O laudo apresentado pela FAB atestava transexualidade, na época considerado um transtorno mental, como a causa para sua aposentadoria compulsória. “Aquele resultado me pegou de surpresa. Eu era uma profissional exemplar. Esperava aceitação. Na minha cabeça, era só uma questão de mudar os documentos e o fardamento. Foi uma ruptura traumática”, relata Maria Luiza, primeiro caso de militar trans no Brasil, hoje com 61 anos, e voz emocionada de quem ainda carrega uma ferida aberta. Em 2002, entrou na Justiça para reverter a aposentadoria e, em 2014, uma sentença em primeira instância anulou o processo e determinou sua volta à ativa. Mas em virtude dos recursos apresentados, essa volta se deu apenas no papel. Até hoje o processo ainda está no Superior Tribunal de Justiça (STJ), aguardando para ser julgado o embargo de declaração apresentado pela Advocacia Geral da União (AGU).

De lá para cá, as coisas mudaram um pouco, mas as Forças Armadas continuam sem saber o que fazer para lidar com os casos de militares trans. Ainda mais depois da decisão, em 2018, da Organização Mundial da Saúde (OMS), que deixou de considerar a transexualidade um transtorno mental e fixou o prazo de 1º de janeiro de 2022 para que ela fosse adotada por todos os países que integram o organismo. Por conta de ter sido considerado um transtorno mental por 28 anos, vários outros militares trans passaram por situações semelhantes às vividas por Maria Luiza.
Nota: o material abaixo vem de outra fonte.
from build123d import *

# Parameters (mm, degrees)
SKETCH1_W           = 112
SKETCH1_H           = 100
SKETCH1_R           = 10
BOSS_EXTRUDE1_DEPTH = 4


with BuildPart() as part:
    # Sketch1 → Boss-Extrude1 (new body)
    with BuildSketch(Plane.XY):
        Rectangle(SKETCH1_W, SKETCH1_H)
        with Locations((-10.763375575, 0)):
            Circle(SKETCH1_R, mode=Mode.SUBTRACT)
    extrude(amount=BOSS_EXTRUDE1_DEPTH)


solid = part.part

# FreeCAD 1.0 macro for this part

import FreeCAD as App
import Part
import Sketcher
from FreeCAD import Vector
Q = App.Units.Quantity

doc = App.newDocument("Part")
body = doc.addObject("PartDesign::Body", "Body")

sketch1 = doc.addObject("Sketcher::SketchObject", "Sketch")
body.addObject(sketch1)
sketch1.AttachmentSupport = (doc.XY_Plane, [""])
sketch1.MapMode = "FlatFace"
sketch1.addGeometry([
    Part.LineSegment(Vector(-56, 50, 0), Vector(-56, -50, 0)),
    Part.LineSegment(Vector(-56, -50, 0), Vector(56, -50, 0)),
    Part.LineSegment(Vector(56, -50, 0), Vector(56, 50, 0)),
    Part.LineSegment(Vector(56, 50, 0), Vector(-56, 50, 0)),
    Part.Circle(Vector(-11, 0, 0), Vector(0, 0, 1), 10),
], False)
sketch1.addConstraint([
    Sketcher.Constraint("Coincident", 0, 2, 1, 1),
    Sketcher.Constraint("Coincident", 1, 2, 2, 1),
    Sketcher.Constraint("Coincident", 2, 2, 3, 1),
    Sketcher.Constraint("Coincident", 3, 2, 0, 1),
    Sketcher.Constraint("Vertical", 0),
    Sketcher.Constraint("Horizontal", 1),
    Sketcher.Constraint("Vertical", 2),
    Sketcher.Constraint("Horizontal", 3),
    Sketcher.Constraint("Symmetric", 0, 2, 2, 2, -1, 1),
    Sketcher.Constraint("PointOnObject", 4, 3, -1),
    Sketcher.Constraint("Diameter", 4, Q("20 mm")),
    Sketcher.Constraint("DistanceX", 1, 1, 1, 2, Q("112 mm")),
    Sketcher.Constraint("DistanceY", 0, 2, 0, 1, Q("100 mm")),
    Sketcher.Constraint("DistanceX", 4, 3, -1, 1, Q("10.763376 mm")),
])
pad1 = doc.addObject("PartDesign::Pad", "Pad")
body.addObject(pad1)
pad1.Profile = sketch1
pad1.Length = 4

doc.recompute()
É o caso da capitã-de-corveta da Marinha, Bianca Figueira, de 50 anos, que, em 2008, após 21 anos de carreira militar, decidiu revelar sua transexualidade. Até então, Figueira, como era conhecida, era uma militar gabaritada, com funções de comando e respeitada por todos. No dia seguinte após ter revelado sua condição, foi destituída de suas funções. Ela diz que ainda hoje o posicionamento das Forças Armadas diante dos casos de militares trans não é de receptividade. “Eles arrumam logo um afastamento porque eles não sabem o que fazer com elas, já que hoje as mulheres podem assumir qualquer cargo, o que não acontece com as trans. “As Forças Armadas precisam propor um tipo de aceitação e acolhimento diferente do que aconteceu com os seis militares trans reformados. Hoje, há nove militares trans na ativa, fora os que ainda não relataram sua transexualidade”.

Para o defensor público federal Thales Arcoverde Treiger, já houve um avanço, mas na Marinha ainda há resistência. “No geral, há um machismo muito grande nas Forças Armadas e isso é próprio da questão militar. O que me chama a atenção é a sexualização da situação. Que banheiros e alojamentos usar, por exemplo?”. Thales foi procurado em 2017 por Bruna Benevides, também militar trans e atualmente uma das maiores referências na defesa de direito das pessoas trans no Brasil, para entrar com uma ação civil pública e uma ação individual contra a Marinha do Brasil.

PIONEIRA Maria Luíza assumiu sua condição de transexualidade em 1998: aposentada pela FAB (Crédito:Sergio Dutti)

Bruna é 2º sargento e entrou para a Marinha em 1997, com apenas 17 anos. Diz que a Marinha salvou sua vida. “Vivia num ambiente muito repressor e estava destinada em agarrar qualquer bóia que me tirasse dali. Entrar na Marinha foi um respiro”, confessa. Logo começou a sofrer perseguições por não fazer o tipo másculo. “Era tudo muito contraditório porque eu sempre fui uma militar exemplar”, conta Bruna, que conheceu Bianca em 2008, quando ressurgiu o desejo de assumir sua transexualidade no ambiente de trabalho.

Assim que recebeu o laudo de seu afastamento, entrou com uma ação e conseguiu impedir sua reforma. Desde então, ela está afastada, mas não reformada porque a Justiça determina que a transexualidade não é motivo para exclusão. Sua ação agora está no STJ. Para Bruna, a forma como as Forças Armadas escolheram lidar com as pessoas trans denuncia as violações dos Direitos Humanos e da individualidade dos cidadãos. “Nossa luta é para que a nossa condição de trans deixe de ser vista como uma incapacidade e que a sociedade entenda que pessoas trans têm muito a contribuir para a democracia e a construção dos direitos individuais”. O Brasil ainda está longe de respeitar os direitos humanos de seus soldados.